═══ DATA SECTION ═══

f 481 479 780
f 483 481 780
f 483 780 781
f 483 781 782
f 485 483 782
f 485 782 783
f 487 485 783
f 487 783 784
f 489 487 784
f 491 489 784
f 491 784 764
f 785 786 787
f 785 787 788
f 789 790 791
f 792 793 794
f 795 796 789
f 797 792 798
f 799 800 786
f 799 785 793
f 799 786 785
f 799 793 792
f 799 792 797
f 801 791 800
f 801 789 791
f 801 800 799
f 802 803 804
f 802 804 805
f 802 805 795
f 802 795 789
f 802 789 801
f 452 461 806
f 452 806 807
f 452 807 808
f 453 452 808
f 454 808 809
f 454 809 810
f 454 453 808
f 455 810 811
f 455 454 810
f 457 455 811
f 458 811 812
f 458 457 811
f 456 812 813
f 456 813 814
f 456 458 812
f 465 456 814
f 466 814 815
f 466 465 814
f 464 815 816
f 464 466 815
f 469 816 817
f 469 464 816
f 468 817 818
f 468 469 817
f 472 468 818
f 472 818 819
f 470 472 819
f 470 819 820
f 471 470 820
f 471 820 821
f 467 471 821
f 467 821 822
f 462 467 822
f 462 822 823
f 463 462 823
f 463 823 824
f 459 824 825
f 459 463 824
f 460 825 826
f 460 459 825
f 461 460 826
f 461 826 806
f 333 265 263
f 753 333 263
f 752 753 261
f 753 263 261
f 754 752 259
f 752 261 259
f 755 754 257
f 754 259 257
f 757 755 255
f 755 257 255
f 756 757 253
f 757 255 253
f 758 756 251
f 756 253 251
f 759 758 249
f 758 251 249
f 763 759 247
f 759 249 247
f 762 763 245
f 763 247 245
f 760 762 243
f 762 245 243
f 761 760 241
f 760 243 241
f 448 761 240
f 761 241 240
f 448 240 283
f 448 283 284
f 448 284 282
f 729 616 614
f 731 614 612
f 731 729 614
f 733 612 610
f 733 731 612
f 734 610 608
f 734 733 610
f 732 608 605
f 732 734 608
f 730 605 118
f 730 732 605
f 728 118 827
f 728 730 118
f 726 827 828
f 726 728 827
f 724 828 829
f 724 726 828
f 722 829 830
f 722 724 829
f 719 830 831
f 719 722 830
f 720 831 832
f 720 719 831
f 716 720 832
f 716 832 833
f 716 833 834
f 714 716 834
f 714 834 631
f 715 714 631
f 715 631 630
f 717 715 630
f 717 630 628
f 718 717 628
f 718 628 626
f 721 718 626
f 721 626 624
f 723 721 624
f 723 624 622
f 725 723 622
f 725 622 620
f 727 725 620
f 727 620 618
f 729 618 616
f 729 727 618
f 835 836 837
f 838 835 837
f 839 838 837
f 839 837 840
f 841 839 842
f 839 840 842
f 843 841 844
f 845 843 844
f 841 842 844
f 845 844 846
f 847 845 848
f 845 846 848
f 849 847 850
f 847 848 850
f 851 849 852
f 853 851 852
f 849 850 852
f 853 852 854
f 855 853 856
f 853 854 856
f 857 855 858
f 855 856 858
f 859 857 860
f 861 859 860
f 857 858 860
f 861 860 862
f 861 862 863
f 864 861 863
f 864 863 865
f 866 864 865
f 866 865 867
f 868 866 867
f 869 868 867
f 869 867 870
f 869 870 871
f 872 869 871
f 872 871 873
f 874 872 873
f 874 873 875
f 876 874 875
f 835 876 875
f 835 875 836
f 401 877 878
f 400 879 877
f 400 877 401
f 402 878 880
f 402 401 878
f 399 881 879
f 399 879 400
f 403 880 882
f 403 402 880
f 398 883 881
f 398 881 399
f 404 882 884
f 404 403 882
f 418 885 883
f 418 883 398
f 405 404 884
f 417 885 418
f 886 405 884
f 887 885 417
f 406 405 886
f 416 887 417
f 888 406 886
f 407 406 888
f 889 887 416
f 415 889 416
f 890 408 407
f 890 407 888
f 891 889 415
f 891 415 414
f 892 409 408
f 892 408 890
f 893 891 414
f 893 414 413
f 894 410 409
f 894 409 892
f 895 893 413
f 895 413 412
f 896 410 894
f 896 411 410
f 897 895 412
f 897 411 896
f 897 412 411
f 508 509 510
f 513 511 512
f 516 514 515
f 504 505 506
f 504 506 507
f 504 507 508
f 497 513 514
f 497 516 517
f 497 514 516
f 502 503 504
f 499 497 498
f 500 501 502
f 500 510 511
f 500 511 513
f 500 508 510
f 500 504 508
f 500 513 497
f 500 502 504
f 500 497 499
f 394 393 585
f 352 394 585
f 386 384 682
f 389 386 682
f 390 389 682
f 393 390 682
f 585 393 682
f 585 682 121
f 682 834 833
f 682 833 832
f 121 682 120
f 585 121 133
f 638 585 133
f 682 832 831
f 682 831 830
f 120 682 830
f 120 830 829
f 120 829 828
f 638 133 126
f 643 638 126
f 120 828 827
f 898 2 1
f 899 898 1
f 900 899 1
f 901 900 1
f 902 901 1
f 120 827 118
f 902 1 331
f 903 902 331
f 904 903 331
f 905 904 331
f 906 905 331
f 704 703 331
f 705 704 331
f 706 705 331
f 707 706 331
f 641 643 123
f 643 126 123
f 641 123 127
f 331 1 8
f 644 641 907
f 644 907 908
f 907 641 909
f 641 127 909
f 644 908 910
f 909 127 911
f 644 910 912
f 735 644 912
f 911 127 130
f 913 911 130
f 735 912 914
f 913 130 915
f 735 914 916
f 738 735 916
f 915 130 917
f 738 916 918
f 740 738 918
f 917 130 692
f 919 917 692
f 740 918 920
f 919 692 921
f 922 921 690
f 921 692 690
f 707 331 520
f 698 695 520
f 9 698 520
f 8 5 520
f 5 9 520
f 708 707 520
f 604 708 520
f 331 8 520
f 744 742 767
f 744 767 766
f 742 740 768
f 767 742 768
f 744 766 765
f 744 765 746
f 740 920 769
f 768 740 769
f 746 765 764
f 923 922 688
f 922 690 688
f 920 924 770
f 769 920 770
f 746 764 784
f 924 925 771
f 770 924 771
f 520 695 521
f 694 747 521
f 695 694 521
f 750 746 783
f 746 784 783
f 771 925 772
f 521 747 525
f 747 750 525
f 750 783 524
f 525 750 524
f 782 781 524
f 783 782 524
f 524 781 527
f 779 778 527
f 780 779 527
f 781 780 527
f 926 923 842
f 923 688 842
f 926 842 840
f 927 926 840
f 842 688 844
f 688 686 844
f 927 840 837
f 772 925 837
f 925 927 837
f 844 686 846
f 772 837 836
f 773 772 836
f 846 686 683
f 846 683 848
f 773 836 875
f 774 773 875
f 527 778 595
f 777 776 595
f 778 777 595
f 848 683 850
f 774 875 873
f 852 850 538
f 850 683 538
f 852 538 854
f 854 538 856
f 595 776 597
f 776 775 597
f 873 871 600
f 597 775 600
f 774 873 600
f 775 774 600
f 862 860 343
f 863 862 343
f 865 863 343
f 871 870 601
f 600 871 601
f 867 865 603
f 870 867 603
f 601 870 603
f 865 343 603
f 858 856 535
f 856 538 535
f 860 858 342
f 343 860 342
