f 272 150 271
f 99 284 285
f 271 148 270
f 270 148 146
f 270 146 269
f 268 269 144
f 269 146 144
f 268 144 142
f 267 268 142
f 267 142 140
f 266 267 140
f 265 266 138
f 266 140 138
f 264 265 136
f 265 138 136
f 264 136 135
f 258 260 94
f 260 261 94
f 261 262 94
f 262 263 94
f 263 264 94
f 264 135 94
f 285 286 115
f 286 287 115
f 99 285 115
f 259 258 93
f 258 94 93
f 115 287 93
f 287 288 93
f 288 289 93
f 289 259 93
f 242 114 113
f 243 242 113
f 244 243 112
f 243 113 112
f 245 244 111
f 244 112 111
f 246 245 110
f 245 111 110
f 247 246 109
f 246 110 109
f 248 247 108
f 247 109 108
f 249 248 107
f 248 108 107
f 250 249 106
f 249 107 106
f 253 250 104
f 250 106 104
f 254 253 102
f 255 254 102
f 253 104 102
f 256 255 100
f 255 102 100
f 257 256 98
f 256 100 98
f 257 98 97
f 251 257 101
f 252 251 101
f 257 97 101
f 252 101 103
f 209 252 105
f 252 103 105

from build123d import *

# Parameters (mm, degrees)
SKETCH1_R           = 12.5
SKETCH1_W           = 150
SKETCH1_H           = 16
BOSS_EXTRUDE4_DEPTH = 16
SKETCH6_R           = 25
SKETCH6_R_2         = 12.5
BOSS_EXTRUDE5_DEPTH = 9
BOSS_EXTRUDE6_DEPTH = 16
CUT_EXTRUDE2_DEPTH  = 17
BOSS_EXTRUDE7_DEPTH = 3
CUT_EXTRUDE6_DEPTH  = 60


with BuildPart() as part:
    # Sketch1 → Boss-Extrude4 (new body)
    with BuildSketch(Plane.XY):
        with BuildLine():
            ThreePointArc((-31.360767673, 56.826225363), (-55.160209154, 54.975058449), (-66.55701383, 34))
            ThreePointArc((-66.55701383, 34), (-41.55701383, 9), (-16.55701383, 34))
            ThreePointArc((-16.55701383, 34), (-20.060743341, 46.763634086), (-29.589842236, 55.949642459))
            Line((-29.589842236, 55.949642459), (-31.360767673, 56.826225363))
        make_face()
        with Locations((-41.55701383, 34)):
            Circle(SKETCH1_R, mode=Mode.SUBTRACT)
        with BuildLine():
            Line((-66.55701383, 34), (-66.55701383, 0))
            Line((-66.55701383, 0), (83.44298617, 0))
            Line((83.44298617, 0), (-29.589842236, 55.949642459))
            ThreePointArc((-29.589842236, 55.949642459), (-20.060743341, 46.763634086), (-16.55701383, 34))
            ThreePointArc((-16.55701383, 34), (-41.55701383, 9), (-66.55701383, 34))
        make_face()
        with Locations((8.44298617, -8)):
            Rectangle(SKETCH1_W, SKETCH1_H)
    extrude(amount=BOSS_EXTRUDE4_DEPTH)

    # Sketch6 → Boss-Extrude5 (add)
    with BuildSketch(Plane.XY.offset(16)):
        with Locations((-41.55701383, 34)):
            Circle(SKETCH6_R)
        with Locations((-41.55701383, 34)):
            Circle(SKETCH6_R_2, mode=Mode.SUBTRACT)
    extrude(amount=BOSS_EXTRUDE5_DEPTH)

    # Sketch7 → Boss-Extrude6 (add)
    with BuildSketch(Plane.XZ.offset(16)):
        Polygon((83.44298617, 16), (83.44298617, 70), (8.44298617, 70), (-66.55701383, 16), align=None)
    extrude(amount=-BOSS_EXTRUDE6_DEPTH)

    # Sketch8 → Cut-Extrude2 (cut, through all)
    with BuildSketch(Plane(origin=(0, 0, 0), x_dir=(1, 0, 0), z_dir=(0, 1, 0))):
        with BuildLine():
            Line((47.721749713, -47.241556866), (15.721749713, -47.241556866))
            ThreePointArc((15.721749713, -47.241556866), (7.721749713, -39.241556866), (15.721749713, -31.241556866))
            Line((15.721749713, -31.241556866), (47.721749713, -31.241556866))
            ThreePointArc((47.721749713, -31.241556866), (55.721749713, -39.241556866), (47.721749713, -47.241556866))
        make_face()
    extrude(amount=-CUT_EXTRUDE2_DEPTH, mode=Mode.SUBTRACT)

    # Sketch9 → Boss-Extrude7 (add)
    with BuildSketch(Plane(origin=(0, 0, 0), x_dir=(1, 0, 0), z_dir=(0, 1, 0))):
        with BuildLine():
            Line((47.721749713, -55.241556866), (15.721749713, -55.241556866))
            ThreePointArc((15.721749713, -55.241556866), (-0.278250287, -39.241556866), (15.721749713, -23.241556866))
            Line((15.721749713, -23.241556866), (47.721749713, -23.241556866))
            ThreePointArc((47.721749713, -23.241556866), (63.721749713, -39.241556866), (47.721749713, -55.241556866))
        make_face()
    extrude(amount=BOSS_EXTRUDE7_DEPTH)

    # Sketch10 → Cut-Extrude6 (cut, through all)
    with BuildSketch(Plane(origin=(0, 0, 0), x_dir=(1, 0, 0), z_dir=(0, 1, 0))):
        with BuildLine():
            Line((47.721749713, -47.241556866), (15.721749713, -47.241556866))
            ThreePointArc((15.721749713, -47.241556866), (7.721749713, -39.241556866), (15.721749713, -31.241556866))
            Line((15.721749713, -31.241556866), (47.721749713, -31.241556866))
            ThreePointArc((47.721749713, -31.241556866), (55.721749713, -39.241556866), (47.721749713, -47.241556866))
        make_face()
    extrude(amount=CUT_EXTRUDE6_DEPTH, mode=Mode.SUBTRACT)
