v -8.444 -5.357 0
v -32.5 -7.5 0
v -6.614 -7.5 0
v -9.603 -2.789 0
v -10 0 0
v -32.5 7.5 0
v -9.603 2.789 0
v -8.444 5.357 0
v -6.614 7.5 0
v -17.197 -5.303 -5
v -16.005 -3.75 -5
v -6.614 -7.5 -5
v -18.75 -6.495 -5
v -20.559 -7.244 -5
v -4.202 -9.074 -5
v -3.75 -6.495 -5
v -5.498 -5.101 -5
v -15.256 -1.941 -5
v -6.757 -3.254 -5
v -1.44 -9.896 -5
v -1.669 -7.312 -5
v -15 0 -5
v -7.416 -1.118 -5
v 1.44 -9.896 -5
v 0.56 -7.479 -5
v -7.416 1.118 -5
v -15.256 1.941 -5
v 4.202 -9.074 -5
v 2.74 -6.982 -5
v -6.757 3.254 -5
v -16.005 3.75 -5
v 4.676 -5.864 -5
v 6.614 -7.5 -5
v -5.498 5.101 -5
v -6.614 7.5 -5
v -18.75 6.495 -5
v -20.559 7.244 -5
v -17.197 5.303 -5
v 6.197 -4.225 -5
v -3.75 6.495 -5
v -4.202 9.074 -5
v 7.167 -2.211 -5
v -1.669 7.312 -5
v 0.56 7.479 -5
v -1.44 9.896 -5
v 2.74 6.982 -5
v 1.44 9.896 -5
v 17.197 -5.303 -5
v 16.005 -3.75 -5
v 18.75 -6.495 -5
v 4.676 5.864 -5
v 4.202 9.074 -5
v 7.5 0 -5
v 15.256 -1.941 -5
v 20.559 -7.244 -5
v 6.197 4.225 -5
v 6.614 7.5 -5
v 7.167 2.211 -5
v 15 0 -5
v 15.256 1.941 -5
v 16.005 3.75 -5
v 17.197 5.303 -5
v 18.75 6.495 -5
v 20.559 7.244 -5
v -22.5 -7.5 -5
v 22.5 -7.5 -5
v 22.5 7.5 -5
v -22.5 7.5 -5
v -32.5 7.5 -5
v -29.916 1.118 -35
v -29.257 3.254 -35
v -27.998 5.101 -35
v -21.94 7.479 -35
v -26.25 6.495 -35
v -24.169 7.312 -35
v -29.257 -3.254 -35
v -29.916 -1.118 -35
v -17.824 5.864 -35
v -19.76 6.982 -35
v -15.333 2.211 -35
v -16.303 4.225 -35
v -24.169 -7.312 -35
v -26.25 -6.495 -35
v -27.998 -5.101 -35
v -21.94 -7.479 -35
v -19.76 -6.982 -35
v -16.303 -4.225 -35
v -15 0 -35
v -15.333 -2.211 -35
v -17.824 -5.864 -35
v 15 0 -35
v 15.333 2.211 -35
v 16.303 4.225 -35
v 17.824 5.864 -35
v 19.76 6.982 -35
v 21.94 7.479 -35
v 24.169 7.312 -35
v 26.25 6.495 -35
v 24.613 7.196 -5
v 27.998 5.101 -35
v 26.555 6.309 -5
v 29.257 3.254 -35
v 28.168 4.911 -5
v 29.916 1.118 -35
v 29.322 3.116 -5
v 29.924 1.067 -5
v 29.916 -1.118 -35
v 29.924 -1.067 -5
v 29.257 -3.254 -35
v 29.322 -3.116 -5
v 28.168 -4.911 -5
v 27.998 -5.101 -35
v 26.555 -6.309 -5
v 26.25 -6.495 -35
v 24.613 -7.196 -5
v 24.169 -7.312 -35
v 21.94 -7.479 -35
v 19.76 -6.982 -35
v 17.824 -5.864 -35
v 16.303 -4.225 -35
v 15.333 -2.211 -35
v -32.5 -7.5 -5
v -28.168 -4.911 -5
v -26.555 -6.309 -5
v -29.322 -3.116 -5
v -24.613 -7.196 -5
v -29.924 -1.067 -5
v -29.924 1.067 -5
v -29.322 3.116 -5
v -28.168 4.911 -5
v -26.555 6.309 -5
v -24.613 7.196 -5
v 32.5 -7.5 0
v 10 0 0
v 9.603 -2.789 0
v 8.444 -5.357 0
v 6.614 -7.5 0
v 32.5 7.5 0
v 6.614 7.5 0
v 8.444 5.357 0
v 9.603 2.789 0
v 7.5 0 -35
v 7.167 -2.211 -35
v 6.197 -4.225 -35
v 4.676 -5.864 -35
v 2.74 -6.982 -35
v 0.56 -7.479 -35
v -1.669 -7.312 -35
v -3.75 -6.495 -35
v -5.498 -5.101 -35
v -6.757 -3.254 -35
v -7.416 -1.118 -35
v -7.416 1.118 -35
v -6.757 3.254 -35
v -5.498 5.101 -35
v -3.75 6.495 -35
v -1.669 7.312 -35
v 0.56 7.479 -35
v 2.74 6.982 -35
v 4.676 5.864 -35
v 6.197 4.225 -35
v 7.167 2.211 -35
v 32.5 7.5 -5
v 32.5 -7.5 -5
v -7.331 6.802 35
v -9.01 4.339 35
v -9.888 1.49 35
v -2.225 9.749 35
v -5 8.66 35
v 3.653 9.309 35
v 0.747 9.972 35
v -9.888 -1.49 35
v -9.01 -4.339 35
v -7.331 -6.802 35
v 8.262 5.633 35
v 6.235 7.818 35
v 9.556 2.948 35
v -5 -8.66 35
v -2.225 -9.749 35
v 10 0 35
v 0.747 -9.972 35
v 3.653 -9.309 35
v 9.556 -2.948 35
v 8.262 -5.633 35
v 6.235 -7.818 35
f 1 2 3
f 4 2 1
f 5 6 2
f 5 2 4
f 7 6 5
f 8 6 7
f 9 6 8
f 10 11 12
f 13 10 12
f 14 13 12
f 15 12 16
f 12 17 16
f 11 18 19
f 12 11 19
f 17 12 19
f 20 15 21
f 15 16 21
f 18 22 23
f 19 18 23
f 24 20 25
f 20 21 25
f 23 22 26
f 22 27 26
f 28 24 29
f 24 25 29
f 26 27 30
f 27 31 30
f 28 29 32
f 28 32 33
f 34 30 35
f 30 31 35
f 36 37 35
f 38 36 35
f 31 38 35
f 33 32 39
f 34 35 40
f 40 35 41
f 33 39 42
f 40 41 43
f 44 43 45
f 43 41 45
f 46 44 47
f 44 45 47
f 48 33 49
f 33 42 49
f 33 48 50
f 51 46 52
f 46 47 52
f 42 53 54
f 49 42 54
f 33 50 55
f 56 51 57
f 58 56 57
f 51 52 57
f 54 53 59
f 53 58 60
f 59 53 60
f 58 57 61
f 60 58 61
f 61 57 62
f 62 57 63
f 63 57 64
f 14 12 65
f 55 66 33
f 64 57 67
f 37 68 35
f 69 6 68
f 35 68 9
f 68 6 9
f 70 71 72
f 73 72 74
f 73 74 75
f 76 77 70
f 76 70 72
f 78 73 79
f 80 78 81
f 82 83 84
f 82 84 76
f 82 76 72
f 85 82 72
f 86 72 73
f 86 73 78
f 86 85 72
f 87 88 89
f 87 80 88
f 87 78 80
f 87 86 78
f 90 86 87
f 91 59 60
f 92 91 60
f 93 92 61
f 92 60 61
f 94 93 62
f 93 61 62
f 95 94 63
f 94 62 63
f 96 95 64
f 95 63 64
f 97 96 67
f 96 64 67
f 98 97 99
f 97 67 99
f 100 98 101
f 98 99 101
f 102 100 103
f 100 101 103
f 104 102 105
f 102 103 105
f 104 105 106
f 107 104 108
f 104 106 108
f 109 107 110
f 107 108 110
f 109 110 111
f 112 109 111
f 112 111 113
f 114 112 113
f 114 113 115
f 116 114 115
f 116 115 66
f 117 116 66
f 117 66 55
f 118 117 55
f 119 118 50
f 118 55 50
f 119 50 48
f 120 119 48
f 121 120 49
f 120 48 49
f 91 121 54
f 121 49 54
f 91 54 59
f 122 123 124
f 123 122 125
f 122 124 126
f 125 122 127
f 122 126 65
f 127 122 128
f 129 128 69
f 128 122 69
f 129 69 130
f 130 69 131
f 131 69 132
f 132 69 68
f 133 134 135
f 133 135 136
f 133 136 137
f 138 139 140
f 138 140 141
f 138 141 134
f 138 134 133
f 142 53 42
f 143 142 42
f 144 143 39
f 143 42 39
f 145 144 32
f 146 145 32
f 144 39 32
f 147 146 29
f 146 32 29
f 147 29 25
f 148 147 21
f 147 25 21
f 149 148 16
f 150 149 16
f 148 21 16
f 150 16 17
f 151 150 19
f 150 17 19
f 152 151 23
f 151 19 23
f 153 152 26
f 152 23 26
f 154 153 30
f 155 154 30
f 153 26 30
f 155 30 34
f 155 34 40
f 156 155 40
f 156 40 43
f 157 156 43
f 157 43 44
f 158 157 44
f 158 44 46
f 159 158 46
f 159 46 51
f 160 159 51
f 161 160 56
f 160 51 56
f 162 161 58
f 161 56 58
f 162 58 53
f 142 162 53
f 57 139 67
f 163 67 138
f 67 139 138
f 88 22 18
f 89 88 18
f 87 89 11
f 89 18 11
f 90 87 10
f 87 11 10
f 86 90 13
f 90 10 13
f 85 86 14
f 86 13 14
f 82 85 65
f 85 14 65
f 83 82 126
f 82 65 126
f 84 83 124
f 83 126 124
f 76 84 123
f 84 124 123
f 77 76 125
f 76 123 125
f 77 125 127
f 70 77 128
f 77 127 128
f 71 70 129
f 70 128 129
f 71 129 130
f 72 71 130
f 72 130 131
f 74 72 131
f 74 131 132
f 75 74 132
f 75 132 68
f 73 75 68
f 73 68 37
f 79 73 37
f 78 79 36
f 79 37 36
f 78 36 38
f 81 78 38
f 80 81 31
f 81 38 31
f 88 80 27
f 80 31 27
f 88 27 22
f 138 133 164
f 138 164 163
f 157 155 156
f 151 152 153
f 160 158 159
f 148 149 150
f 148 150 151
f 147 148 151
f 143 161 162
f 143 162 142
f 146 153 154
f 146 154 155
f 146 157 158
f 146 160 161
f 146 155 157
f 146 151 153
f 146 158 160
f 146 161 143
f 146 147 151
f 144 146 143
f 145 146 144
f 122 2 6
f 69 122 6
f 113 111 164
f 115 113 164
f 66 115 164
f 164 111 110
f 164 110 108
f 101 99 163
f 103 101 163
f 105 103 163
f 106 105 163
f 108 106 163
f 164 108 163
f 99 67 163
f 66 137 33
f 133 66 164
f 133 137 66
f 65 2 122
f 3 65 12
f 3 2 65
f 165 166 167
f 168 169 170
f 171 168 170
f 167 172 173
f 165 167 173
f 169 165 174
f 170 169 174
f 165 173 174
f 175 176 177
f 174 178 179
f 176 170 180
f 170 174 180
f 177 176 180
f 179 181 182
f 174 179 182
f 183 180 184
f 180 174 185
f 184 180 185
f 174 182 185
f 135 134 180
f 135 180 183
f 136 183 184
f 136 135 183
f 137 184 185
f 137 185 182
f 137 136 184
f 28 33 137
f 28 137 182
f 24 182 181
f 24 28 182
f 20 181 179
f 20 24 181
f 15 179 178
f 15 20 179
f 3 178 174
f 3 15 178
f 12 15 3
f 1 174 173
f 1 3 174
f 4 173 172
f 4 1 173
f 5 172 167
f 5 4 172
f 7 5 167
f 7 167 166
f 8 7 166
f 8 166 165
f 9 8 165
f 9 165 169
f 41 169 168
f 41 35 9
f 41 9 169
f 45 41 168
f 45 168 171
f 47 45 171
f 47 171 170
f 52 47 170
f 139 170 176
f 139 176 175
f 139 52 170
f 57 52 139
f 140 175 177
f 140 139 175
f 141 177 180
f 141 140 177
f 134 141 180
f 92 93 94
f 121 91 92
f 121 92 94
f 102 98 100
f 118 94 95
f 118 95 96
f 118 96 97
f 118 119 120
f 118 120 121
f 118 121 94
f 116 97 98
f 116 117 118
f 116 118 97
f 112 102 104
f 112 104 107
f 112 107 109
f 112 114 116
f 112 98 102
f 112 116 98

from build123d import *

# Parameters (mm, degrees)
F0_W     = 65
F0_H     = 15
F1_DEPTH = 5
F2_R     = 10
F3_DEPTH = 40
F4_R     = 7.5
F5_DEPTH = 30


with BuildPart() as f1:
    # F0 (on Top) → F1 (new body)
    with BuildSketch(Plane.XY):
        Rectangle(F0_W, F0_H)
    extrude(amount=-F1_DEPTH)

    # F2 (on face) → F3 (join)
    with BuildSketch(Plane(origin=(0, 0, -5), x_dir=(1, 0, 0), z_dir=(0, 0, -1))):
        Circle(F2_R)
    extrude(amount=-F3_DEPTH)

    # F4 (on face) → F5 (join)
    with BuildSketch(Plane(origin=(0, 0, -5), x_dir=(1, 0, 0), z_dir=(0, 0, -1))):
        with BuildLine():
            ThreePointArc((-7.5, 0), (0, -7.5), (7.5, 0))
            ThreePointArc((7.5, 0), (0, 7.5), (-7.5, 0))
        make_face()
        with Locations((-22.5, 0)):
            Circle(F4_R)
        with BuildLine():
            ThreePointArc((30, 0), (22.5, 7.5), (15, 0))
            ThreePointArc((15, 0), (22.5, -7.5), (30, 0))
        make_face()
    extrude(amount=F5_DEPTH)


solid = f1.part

═══

From the entries above, restate word for word the lines from the line containing "v -1.669 7.312 -5" to the line containing "v -21.94 7.479 -35", both ends included, and nothing more.

_SOLUTION TO THIS EXERCISE_.
v -1.669 7.312 -5
v 0.56 7.479 -5
v -1.44 9.896 -5
v 2.74 6.982 -5
v 1.44 9.896 -5
v 17.197 -5.303 -5
v 16.005 -3.75 -5
v 18.75 -6.495 -5
v 4.676 5.864 -5
v 4.202 9.074 -5
v 7.5 0 -5
v 15.256 -1.941 -5
v 20.559 -7.244 -5
v 6.197 4.225 -5
v 6.614 7.5 -5
v 7.167 2.211 -5
v 15 0 -5
v 15.256 1.941 -5
v 16.005 3.75 -5
v 17.197 5.303 -5
v 18.75 6.495 -5
v 20.559 7.244 -5
v -22.5 -7.5 -5
v 22.5 -7.5 -5
v 22.5 7.5 -5
v -22.5 7.5 -5
v -32.5 7.5 -5
v -29.916 1.118 -35
v -29.257 3.254 -35
v -27.998 5.101 -35
v -21.94 7.479 -35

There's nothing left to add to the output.